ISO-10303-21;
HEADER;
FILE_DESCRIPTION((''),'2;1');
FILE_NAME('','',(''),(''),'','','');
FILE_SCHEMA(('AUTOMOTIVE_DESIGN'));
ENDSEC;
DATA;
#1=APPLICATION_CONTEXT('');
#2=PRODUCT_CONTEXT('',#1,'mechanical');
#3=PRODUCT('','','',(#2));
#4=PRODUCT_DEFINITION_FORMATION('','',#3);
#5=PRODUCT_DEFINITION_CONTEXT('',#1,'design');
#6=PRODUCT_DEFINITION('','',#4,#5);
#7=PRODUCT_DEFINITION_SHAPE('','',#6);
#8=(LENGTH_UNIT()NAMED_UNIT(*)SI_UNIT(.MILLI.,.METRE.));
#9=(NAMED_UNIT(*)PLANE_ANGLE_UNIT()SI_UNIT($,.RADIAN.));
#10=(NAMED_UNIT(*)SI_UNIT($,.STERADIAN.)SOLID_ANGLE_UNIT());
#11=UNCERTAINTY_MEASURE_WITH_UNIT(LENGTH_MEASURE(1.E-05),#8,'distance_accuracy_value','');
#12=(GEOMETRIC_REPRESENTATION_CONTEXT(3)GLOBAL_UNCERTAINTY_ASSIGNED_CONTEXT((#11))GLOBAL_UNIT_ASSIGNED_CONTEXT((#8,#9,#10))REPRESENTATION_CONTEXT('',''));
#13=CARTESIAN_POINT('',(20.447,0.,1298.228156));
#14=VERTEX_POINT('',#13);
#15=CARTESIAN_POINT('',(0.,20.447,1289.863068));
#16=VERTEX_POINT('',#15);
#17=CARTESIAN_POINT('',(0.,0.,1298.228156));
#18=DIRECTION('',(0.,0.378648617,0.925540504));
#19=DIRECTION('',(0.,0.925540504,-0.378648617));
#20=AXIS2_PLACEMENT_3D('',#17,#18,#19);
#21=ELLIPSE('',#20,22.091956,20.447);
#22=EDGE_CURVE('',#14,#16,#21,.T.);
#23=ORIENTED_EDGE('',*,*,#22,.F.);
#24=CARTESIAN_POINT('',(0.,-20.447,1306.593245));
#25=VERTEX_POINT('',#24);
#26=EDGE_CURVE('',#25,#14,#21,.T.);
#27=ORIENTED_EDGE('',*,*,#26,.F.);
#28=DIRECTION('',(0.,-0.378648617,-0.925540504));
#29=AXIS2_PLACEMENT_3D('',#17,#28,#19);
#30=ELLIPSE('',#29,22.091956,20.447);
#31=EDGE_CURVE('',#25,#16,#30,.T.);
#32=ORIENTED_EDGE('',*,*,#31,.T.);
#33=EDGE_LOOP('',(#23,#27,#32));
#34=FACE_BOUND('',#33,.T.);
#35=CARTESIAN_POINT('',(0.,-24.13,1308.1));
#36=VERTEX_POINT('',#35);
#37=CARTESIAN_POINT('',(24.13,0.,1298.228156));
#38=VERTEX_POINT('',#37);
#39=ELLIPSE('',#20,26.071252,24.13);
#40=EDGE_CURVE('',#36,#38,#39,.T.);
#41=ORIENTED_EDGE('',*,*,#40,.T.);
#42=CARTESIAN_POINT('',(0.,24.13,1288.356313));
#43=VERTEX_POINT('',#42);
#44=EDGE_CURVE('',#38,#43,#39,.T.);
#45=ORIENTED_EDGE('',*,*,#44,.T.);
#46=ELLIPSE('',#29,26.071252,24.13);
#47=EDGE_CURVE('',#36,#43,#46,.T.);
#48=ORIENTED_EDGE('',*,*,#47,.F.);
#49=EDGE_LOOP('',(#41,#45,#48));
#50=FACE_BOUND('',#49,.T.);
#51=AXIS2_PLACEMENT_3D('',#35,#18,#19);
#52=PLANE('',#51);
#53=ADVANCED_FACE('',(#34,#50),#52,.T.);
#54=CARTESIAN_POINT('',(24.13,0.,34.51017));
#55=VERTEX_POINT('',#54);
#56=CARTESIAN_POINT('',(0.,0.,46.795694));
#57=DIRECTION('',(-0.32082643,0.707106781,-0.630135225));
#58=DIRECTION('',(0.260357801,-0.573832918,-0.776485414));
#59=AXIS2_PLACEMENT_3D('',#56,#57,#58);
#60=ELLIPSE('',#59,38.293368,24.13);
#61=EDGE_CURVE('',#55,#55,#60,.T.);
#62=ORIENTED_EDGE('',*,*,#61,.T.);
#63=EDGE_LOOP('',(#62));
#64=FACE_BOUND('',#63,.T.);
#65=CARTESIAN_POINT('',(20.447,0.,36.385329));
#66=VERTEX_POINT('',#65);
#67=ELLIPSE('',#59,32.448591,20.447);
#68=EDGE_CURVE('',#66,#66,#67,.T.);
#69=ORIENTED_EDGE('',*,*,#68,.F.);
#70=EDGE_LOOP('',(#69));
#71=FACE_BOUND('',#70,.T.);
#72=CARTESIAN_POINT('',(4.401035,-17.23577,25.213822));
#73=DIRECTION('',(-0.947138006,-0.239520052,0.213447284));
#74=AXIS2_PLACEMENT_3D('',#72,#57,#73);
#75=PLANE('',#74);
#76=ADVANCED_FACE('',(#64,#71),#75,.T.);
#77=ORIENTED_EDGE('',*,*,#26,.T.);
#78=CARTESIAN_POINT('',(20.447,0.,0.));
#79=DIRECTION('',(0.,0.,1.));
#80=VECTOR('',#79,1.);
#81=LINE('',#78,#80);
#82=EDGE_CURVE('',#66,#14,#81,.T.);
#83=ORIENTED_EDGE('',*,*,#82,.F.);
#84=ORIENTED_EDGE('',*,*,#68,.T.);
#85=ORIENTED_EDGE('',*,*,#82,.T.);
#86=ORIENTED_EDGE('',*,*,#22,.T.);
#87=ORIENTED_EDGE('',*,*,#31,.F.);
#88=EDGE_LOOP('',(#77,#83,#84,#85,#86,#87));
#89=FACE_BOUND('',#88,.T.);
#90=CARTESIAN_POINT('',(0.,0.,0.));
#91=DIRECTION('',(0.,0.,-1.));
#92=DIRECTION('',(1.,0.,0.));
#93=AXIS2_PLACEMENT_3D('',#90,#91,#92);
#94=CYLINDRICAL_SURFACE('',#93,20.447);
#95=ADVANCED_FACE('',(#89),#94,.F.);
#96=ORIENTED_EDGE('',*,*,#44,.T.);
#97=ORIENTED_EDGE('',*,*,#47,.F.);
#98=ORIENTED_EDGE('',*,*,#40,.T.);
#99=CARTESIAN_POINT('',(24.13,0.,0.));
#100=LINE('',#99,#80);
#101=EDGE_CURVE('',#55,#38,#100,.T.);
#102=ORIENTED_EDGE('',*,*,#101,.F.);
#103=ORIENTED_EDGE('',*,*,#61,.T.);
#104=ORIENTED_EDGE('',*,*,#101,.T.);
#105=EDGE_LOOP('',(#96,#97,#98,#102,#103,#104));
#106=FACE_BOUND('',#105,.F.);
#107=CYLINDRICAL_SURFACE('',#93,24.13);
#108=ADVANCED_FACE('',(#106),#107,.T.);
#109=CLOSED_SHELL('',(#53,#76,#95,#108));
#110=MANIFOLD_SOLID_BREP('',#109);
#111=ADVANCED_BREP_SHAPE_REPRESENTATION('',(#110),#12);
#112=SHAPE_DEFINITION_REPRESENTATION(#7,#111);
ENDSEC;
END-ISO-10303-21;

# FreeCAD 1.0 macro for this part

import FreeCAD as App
import Part
import Sketcher
from FreeCAD import Vector
Q = App.Units.Quantity


def add_polygon(sketch, points):
    """Adds a closed chain of lines whose ends are joined by coincident constraints."""
    first, n = sketch.GeometryCount, len(points)
    for a, b in zip(points, points[1:] + points[:1]):
        sketch.addGeometry(Part.LineSegment(App.Vector(*a, 0), App.Vector(*b, 0)), False)
    for i in range(n):
        sketch.addConstraint(Sketcher.Constraint("Coincident", first + i, 2, first + (i + 1) % n, 1))

doc = App.newDocument("Part")
body = doc.addObject("PartDesign::Body", "Body")

sketch1 = body.newObject("Sketcher::SketchObject", "Sketch")
sketch1.AttachmentSupport = (doc.getObject("XY_Plane"), [""])
sketch1.MapMode = "FlatFace"
sketch1.addGeometry([
    Part.Circle(Vector(0, 0, 0), Vector(0, 0, 1), 24.13),
    Part.Circle(Vector(0, 0, 0), Vector(0, 0, 1), 20.447),
], False)
sketch1.addConstraint([
    Sketcher.Constraint("Coincident", 0, 3, -1, 1),
    Sketcher.Constraint("Coincident", 1, 3, -1, 1),
    Sketcher.Constraint("Diameter", 0, Q("1.9 in")),
    Sketcher.Constraint("Diameter", 1, Q("1.61 in")),
])
pad1 = body.newObject("PartDesign::Pad", "Pad")
pad1.Profile = sketch1
pad1.Length = Q("51.5 in")

sketch2 = body.newObject("Sketcher::SketchObject", "Sketch001")
sketch2.AttachmentSupport = (doc.getObject("YZ_Plane"), [""])
sketch2.MapMode = "FlatFace"
add_polygon(sketch2, [(24.13, 1288.356313), (24.13, 1308.1), (-24.13, 1308.1)])
sketch2.addConstraint([
    Sketcher.Constraint("Vertical", 0),
    Sketcher.Constraint("Horizontal", 1),
    Sketcher.Constraint("DistanceX", 1, 2, 1, 1, Q("1.9 in")),
    Sketcher.Constraint("DistanceY", -1, 1, 0, 2, Q("51.5 in")),
    Sketcher.Constraint("DistanceX", -1, 1, 0, 2, Q("0.95 in")),
    Sketcher.Constraint("Angle", 2, Q("-22.25 deg")),
])
pocket1 = body.newObject("PartDesign::Pocket", "Pocket")
pocket1.Profile = sketch2
pocket1.Type = "ThroughAll"
pocket1.Midplane = True

sketch3 = body.newObject("Sketcher::SketchObject", "Sketch002")
sketch3.AttachmentSupport = (doc.getObject("XZ_Plane"), [""])
sketch3.MapMode = "FlatFace"
add_polygon(sketch3, [(-28.575, 0), (28.575, 0), (-28.575, 29.097295)])
sketch3.addConstraint([
    Sketcher.Constraint("Horizontal", 0),
    Sketcher.Constraint("Vertical", 2),
    Sketcher.Constraint("Symmetric", 0, 2, 2, 2, -1, 1),
    Sketcher.Constraint("DistanceX", 0, 1, 0, 2, Q("2.25 in")),
    Sketcher.Constraint("Distance", 1, Q("64.130921 mm")),
])
pocket2 = body.newObject("PartDesign::Pocket", "Pocket001")
pocket2.Profile = sketch3
pocket2.Type = "ThroughAll"
pocket2.Midplane = True

sketch4 = body.newObject("Sketcher::SketchObject", "Sketch003")
sketch4.Placement = App.Placement(Vector(2.941213, -6.482483, 5.776837), App.Rotation(Vector(-0.947138006, -0.239520052, 0.213447284), Vector(0, 0.665304551, 0.74657207), Vector(-0.32082643, 0.707106781, -0.630135225), "ZXY"))
add_polygon(sketch4, [(-83.867848, 91.052905), (-83.867848, -76.339107), (94.551341, -76.339107), (94.551341, 91.052905)])
sketch4.addConstraint([
    Sketcher.Constraint("Vertical", 0),
    Sketcher.Constraint("Horizontal", 1),
    Sketcher.Constraint("Vertical", 2),
    Sketcher.Constraint("Horizontal", 3),
    Sketcher.Constraint("DistanceX", 1, 1, 1, 2, Q("178.419189 mm")),
    Sketcher.Constraint("DistanceY", 0, 2, 0, 1, Q("167.392012 mm")),
    Sketcher.Constraint("DistanceX", -1, 1, 1, 2, Q("94.551341 mm")),
    Sketcher.Constraint("DistanceY", 0, 2, -1, 1, Q("76.339107 mm")),
])
pocket3 = body.newObject("PartDesign::Pocket", "Pocket002")
pocket3.Profile = sketch4
pocket3.Type = "TwoLengths"
pocket3.Length = Q("2 in")
pocket3.Length2 = Q("0.8 in")
pocket3.Reversed = True

doc.recompute()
____________________
Work order = Repeat exactly the lines of the listing above, from the one with "#88=EDGE_LOOP('',(#77,#83,#84,#85,#86,#87));" down to the one with "#98=ORIENTED_EDGE('',*,*,#40,.T.);"; both of those lines belong in the range.

Response box =
#88=EDGE_LOOP('',(#77,#83,#84,#85,#86,#87));
#89=FACE_BOUND('',#88,.T.);
#90=CARTESIAN_POINT('',(0.,0.,0.));
#91=DIRECTION('',(0.,0.,-1.));
#92=DIRECTION('',(1.,0.,0.));
#93=AXIS2_PLACEMENT_3D('',#90,#91,#92);
#94=CYLINDRICAL_SURFACE('',#93,20.447);
#95=ADVANCED_FACE('',(#89),#94,.F.);
#96=ORIENTED_EDGE('',*,*,#44,.T.);
#97=ORIENTED_EDGE('',*,*,#47,.F.);
#98=ORIENTED_EDGE('',*,*,#40,.T.);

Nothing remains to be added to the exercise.